Eileen Atkins was born in London and attended the Guildhall School of Music and Drama. Her initial London stage appearance was in Robert Atkins' staging of Love's Labour's Lost at the Open Air Theatre in Regents Park. Seasons in repertory followed, including two years with the Royal Shakespeare Company at Stratford-upon-Avon. She went on to star at the Old Vic in many Shakespearean roles, among them Miranda and Viola.

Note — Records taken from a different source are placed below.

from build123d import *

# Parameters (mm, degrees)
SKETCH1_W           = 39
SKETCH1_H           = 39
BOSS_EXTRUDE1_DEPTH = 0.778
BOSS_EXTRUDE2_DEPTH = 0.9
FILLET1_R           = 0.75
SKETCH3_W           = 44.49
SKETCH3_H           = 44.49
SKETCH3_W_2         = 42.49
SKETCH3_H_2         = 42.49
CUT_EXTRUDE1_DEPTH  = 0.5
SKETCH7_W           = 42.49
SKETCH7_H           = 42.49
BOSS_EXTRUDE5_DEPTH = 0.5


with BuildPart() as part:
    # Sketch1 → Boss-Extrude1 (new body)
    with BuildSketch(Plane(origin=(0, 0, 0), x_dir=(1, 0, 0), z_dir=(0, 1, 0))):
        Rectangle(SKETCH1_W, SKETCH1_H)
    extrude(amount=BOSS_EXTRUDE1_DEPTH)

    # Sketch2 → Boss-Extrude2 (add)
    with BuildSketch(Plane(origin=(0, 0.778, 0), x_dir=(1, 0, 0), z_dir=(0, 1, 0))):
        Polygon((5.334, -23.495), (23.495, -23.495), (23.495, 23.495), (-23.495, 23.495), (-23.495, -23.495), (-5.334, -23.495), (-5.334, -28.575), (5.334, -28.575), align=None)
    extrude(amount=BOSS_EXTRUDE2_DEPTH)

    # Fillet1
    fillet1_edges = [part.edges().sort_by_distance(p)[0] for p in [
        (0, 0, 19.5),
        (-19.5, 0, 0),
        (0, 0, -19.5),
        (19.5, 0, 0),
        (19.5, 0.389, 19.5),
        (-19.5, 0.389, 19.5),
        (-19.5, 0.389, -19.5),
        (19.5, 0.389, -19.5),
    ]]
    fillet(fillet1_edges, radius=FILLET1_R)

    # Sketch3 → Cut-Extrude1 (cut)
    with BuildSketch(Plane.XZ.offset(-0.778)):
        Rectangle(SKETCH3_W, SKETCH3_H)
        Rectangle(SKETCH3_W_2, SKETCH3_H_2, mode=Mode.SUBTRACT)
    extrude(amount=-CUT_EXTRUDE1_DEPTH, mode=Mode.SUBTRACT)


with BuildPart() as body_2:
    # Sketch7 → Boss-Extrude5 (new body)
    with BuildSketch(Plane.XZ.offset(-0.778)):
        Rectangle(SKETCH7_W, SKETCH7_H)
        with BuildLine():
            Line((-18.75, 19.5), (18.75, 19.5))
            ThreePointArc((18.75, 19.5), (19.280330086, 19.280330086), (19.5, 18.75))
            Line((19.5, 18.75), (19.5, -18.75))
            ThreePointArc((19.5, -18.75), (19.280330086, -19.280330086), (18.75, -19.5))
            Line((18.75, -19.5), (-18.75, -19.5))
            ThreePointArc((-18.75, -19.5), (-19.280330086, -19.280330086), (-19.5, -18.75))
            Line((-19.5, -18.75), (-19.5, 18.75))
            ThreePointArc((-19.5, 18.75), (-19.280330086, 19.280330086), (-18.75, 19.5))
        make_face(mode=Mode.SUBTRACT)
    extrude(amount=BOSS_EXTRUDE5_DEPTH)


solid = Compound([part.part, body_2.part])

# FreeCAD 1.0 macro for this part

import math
import FreeCAD as App
import Part
import Sketcher

V = App.Vector
Q = App.Units.Quantity


def edges_at(feature, points):
    """Names of the edges that pass closest to the given points."""
    edges = feature.Shape.Edges
    near = lambda p: min(range(len(edges)), key=lambda i: edges[i].distToShape(Part.Vertex(*p))[0])
    return sorted({f"Edge{near(p) + 1}" for p in points})

doc = App.newDocument("Part")
body = doc.addObject("PartDesign::Body", "Body")

# Sketch on XZ plane
sketch1 = doc.addObject("Sketcher::SketchObject", "Sketch")
body.addObject(sketch1)
sketch1.AttachmentSupport = (doc.XZ_Plane, [""])
sketch1.MapMode = "FlatFace"
sketch1.addGeometry([
    Part.LineSegment(V(-20, -20, 0), V(-20, 20, 0)),
    Part.LineSegment(V(-20, 20, 0), V(20, 20, 0)),
    Part.LineSegment(V(20, 20, 0), V(20, -20, 0)),
    Part.LineSegment(V(20, -20, 0), V(-20, -20, 0)),
], False)
sketch1.addConstraint([
    Sketcher.Constraint("Coincident", 0, 2, 1, 1),
    Sketcher.Constraint("Coincident", 1, 2, 2, 1),
    Sketcher.Constraint("Coincident", 2, 2, 3, 1),
    Sketcher.Constraint("Coincident", 3, 2, 0, 1),
    Sketcher.Constraint("Vertical", 0),
    Sketcher.Constraint("Horizontal", 1),
    Sketcher.Constraint("Vertical", 2),
    Sketcher.Constraint("Horizontal", 3),
    Sketcher.Constraint("Symmetric", 0, 2, 2, 2, -1, 1),
    Sketcher.Constraint("Equal", 3, 0),
    Sketcher.Constraint("DistanceX", 1, 1, 1, 2, Q("39 mm")),
])
pad1 = doc.addObject("PartDesign::Pad", "Pad")
body.addObject(pad1)
pad1.Profile = sketch1
pad1.Length = 0.778
pad1.Reversed = True

# Sketch on XZ plane
sketch2 = doc.addObject("Sketcher::SketchObject", "Sketch001")
body.addObject(sketch2)
sketch2.AttachmentSupport = (doc.XZ_Plane, [""])
sketch2.MapMode = "FlatFace"
sketch2.AttachmentOffset = App.Placement(V(0, 0, -0.778), App.Rotation())
sketch2.addGeometry([
    Part.LineSegment(V(5, 23, 0), V(23, 23, 0)),  # 0
    Part.LineSegment(V(23, 23, 0), V(23, -23, 0)),  # 1
    Part.LineSegment(V(23, -23, 0), V(-23, -23, 0)),  # 2
    Part.LineSegment(V(-23, -23, 0), V(-23, 23, 0)),  # 3
    Part.LineSegment(V(-23, 23, 0), V(-5, 23, 0)),  # 4
    Part.LineSegment(V(-5, 23, 0), V(-5, 29, 0)),  # 5
    Part.LineSegment(V(-5, 29, 0), V(5, 29, 0)),  # 6
    Part.LineSegment(V(5, 29, 0), V(5, 23, 0)),  # 7
], False)
sketch2.addConstraint([
    Sketcher.Constraint("Coincident", 0, 2, 1, 1),
    Sketcher.Constraint("Coincident", 1, 2, 2, 1),
    Sketcher.Constraint("Coincident", 2, 2, 3, 1),
    Sketcher.Constraint("Coincident", 3, 2, 4, 1),
    Sketcher.Constraint("Coincident", 4, 2, 5, 1),
    Sketcher.Constraint("Coincident", 5, 2, 6, 1),
    Sketcher.Constraint("Coincident", 6, 2, 7, 1),
    Sketcher.Constraint("Coincident", 7, 2, 0, 1),
    Sketcher.Constraint("Horizontal", 0),
    Sketcher.Constraint("Vertical", 1),
    Sketcher.Constraint("Horizontal", 2),
    Sketcher.Constraint("Vertical", 3),
    Sketcher.Constraint("Horizontal", 4),
    Sketcher.Constraint("Vertical", 5),
    Sketcher.Constraint("Horizontal", 6),
    Sketcher.Constraint("Vertical", 7),
    Sketcher.Constraint("Symmetric", 0, 2, 2, 2, -1, 1),
    Sketcher.Constraint("Symmetric", 4, 2, 7, 2, -2),
    Sketcher.Constraint("Equal", 2, 1),
    Sketcher.Constraint("DistanceX", 2, 2, 2, 1, Q("46.99 mm")),
    Sketcher.Constraint("DistanceY", 5, 1, 5, 2, Q("5.08 mm")),
    Sketcher.Constraint("DistanceX", 0, 1, 0, 2, Q("18.161 mm")),
])
pad2 = doc.addObject("PartDesign::Pad", "Pad001")
body.addObject(pad2)
pad2.Profile = sketch2
pad2.Length = 0.9
pad2.Reversed = True
doc.recompute()

fillet = doc.addObject("PartDesign::Fillet", "Fillet")
body.addObject(fillet)
fillet.Base = (pad2, edges_at(pad2, [
    (0, 0, 19.5),
    (-19.5, 0, 0),
    (0, 0, -19.5),
    (19.5, 0, 0),
    (19.5, 0.389, 19.5),
    (-19.5, 0.389, 19.5),
    (-19.5, 0.389, -19.5),
    (19.5, 0.389, -19.5),
]))
fillet.Radius = 0.75

# Sketch on XZ plane
sketch3 = doc.addObject("Sketcher::SketchObject", "Sketch002")
body.addObject(sketch3)
sketch3.AttachmentSupport = (doc.XZ_Plane, [""])
sketch3.MapMode = "FlatFace"
sketch3.AttachmentOffset = App.Placement(V(0, 0, -0.778), App.Rotation())
sketch3.addGeometry([
    Part.LineSegment(V(-22, 22, 0), V(-22, -22, 0)),  # 0
    Part.LineSegment(V(-22, -22, 0), V(22, -22, 0)),  # 1
    Part.LineSegment(V(22, -22, 0), V(22, 22, 0)),  # 2
    Part.LineSegment(V(22, 22, 0), V(-22, 22, 0)),  # 3
    Part.LineSegment(V(21, -21, 0), V(-21, -21, 0)),  # 4
    Part.LineSegment(V(-21, -21, 0), V(-21, 21, 0)),  # 5
    Part.LineSegment(V(-21, 21, 0), V(21, 21, 0)),  # 6
    Part.LineSegment(V(21, 21, 0), V(21, -21, 0)),  # 7
], False)
sketch3.addConstraint([
    Sketcher.Constraint("Coincident", 0, 2, 1, 1),
    Sketcher.Constraint("Coincident", 1, 2, 2, 1),
    Sketcher.Constraint("Coincident", 2, 2, 3, 1),
    Sketcher.Constraint("Coincident", 3, 2, 0, 1),
    Sketcher.Constraint("Coincident", 4, 2, 5, 1),
    Sketcher.Constraint("Coincident", 5, 2, 6, 1),
    Sketcher.Constraint("Coincident", 6, 2, 7, 1),
    Sketcher.Constraint("Coincident", 7, 2, 4, 1),
    Sketcher.Constraint("Vertical", 0),
    Sketcher.Constraint("Horizontal", 1),
    Sketcher.Constraint("Vertical", 2),
    Sketcher.Constraint("Horizontal", 3),
    Sketcher.Constraint("Horizontal", 4),
    Sketcher.Constraint("Vertical", 5),
    Sketcher.Constraint("Horizontal", 6),
    Sketcher.Constraint("Vertical", 7),
    Sketcher.Constraint("Symmetric", 0, 2, 2, 2, -1, 1),
    Sketcher.Constraint("Symmetric", 4, 2, 6, 2, -1, 1),
    Sketcher.Constraint("Equal", 3, 0),
    Sketcher.Constraint("Equal", 6, 5),
    Sketcher.Constraint("DistanceX", 0, 2, 4, 2, Q("1 mm")),
    Sketcher.Constraint("DistanceX", 1, 1, 1, 2, Q("44.49 mm")),
])
pocket1 = doc.addObject("PartDesign::Pocket", "Pocket")
body.addObject(pocket1)
pocket1.Profile = sketch3
pocket1.Length = 0.5
body2 = doc.addObject("PartDesign::Body", "Body001")

# Sketch on XZ plane
sketch4 = doc.addObject("Sketcher::SketchObject", "Sketch003")
body2.addObject(sketch4)
sketch4.AttachmentSupport = (doc.getObject("XZ_Plane001"), [""])
sketch4.MapMode = "FlatFace"
sketch4.AttachmentOffset = App.Placement(V(0, 0, -0.778), App.Rotation())
sketch4.addGeometry([
    Part.LineSegment(V(-21.2, 21.2, 0), V(-21.2, -21.2, 0)),  # 0
    Part.LineSegment(V(-21.2, -21.2, 0), V(21.2, -21.2, 0)),  # 1
    Part.LineSegment(V(21.2, -21.2, 0), V(21.2, 21.2, 0)),  # 2
    Part.LineSegment(V(21.2, 21.2, 0), V(-21.2, 21.2, 0)),  # 3
    Part.ArcOfCircle(Part.Circle(V(-18.8, 18.8, 0), V(0, 0, 1), 0.8), math.radians(90), math.radians(180)),  # 4
    Part.LineSegment(V(-18.8, 19.5, 0), V(18.8, 19.5, 0)),  # 5
    Part.ArcOfCircle(Part.Circle(V(18.8, 18.8, 0), V(0, 0, 1), 0.8), math.radians(0), math.radians(90)),  # 6
    Part.LineSegment(V(19.5, 18.8, 0), V(19.5, -18.8, 0)),  # 7
    Part.ArcOfCircle(Part.Circle(V(18.8, -18.8, 0), V(0, 0, 1), 0.8), math.radians(-90), math.radians(0)),  # 8
    Part.LineSegment(V(18.8, -19.5, 0), V(-18.8, -19.5, 0)),  # 9
    Part.ArcOfCircle(Part.Circle(V(-18.8, -18.8, 0), V(0, 0, 1), 0.8), math.radians(180), math.radians(270)),  # 10
    Part.LineSegment(V(-19.5, -18.8, 0), V(-19.5, 18.8, 0)),  # 11
], False)
sketch4.addConstraint([
    Sketcher.Constraint("Coincident", 0, 2, 1, 1),
    Sketcher.Constraint("Coincident", 1, 2, 2, 1),
    Sketcher.Constraint("Coincident", 2, 2, 3, 1),
    Sketcher.Constraint("Coincident", 3, 2, 0, 1),
    Sketcher.Constraint("Tangent", 4, 1, 5, 1),
    Sketcher.Constraint("Tangent", 5, 2, 6, 2),
    Sketcher.Constraint("Tangent", 6, 1, 7, 1),
    Sketcher.Constraint("Tangent", 7, 2, 8, 2),
    Sketcher.Constraint("Tangent", 8, 1, 9, 1),
    Sketcher.Constraint("Tangent", 9, 2, 10, 2),
    Sketcher.Constraint("Tangent", 10, 1, 11, 1),
    Sketcher.Constraint("Tangent", 11, 2, 4, 2),
    Sketcher.Constraint("Vertical", 0),
    Sketcher.Constraint("Horizontal", 1),
    Sketcher.Constraint("Vertical", 2),
    Sketcher.Constraint("Horizontal", 3),
    Sketcher.Constraint("Horizontal", 5),
    Sketcher.Constraint("Vertical", 7),
    Sketcher.Constraint("Horizontal", 9),
    Sketcher.Constraint("Vertical", 11),
    Sketcher.Constraint("Equal", 4, 6),
    Sketcher.Constraint("Equal", 6, 8),
    Sketcher.Constraint("Equal", 8, 10),
    Sketcher.Constraint("Symmetric", 4, 3, 8, 3, -1, 1),
    Sketcher.Constraint("Symmetric", 0, 2, 2, 2, -1, 1),
    Sketcher.Constraint("Equal", 3, 0),
    Sketcher.Constraint("Equal", 9, 7),
    Sketcher.Constraint("Radius", 4, Q("0.75 mm")),
    Sketcher.Constraint("DistanceX", 5, 1, 5, 2, Q("37.5 mm")),
    Sketcher.Constraint("DistanceX", 1, 1, 1, 2, Q("42.49 mm")),
])
pad3 = doc.addObject("PartDesign::Pad", "Pad002")
body2.addObject(pad3)
pad3.Profile = sketch4
pad3.Length = 0.5

doc.recompute()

Venturing into contemporary plays, Atkins starred opposite Laurence Olivier and Alec Guinness, among others. She won the 1965 London Evening Standard award for Best Actress for her performance as Childie in The Killing of Sister George, and then made her New York stage debut in the play. Her wealth of U.K. stage credits also includes the title roles of Saint Joan and Medea. She played in T.S. Eliot's The Cocktail Party with Alec Guinness for which she won the London Critics Award. She won a Variety Club Award for her role as Elizabeth in Robert Bolt's Vivat! Vivat! Regina!,and won the London Critics Circle Award and received an Olivier Award for her performance in Peter Hall's staging of A Winter's Tale.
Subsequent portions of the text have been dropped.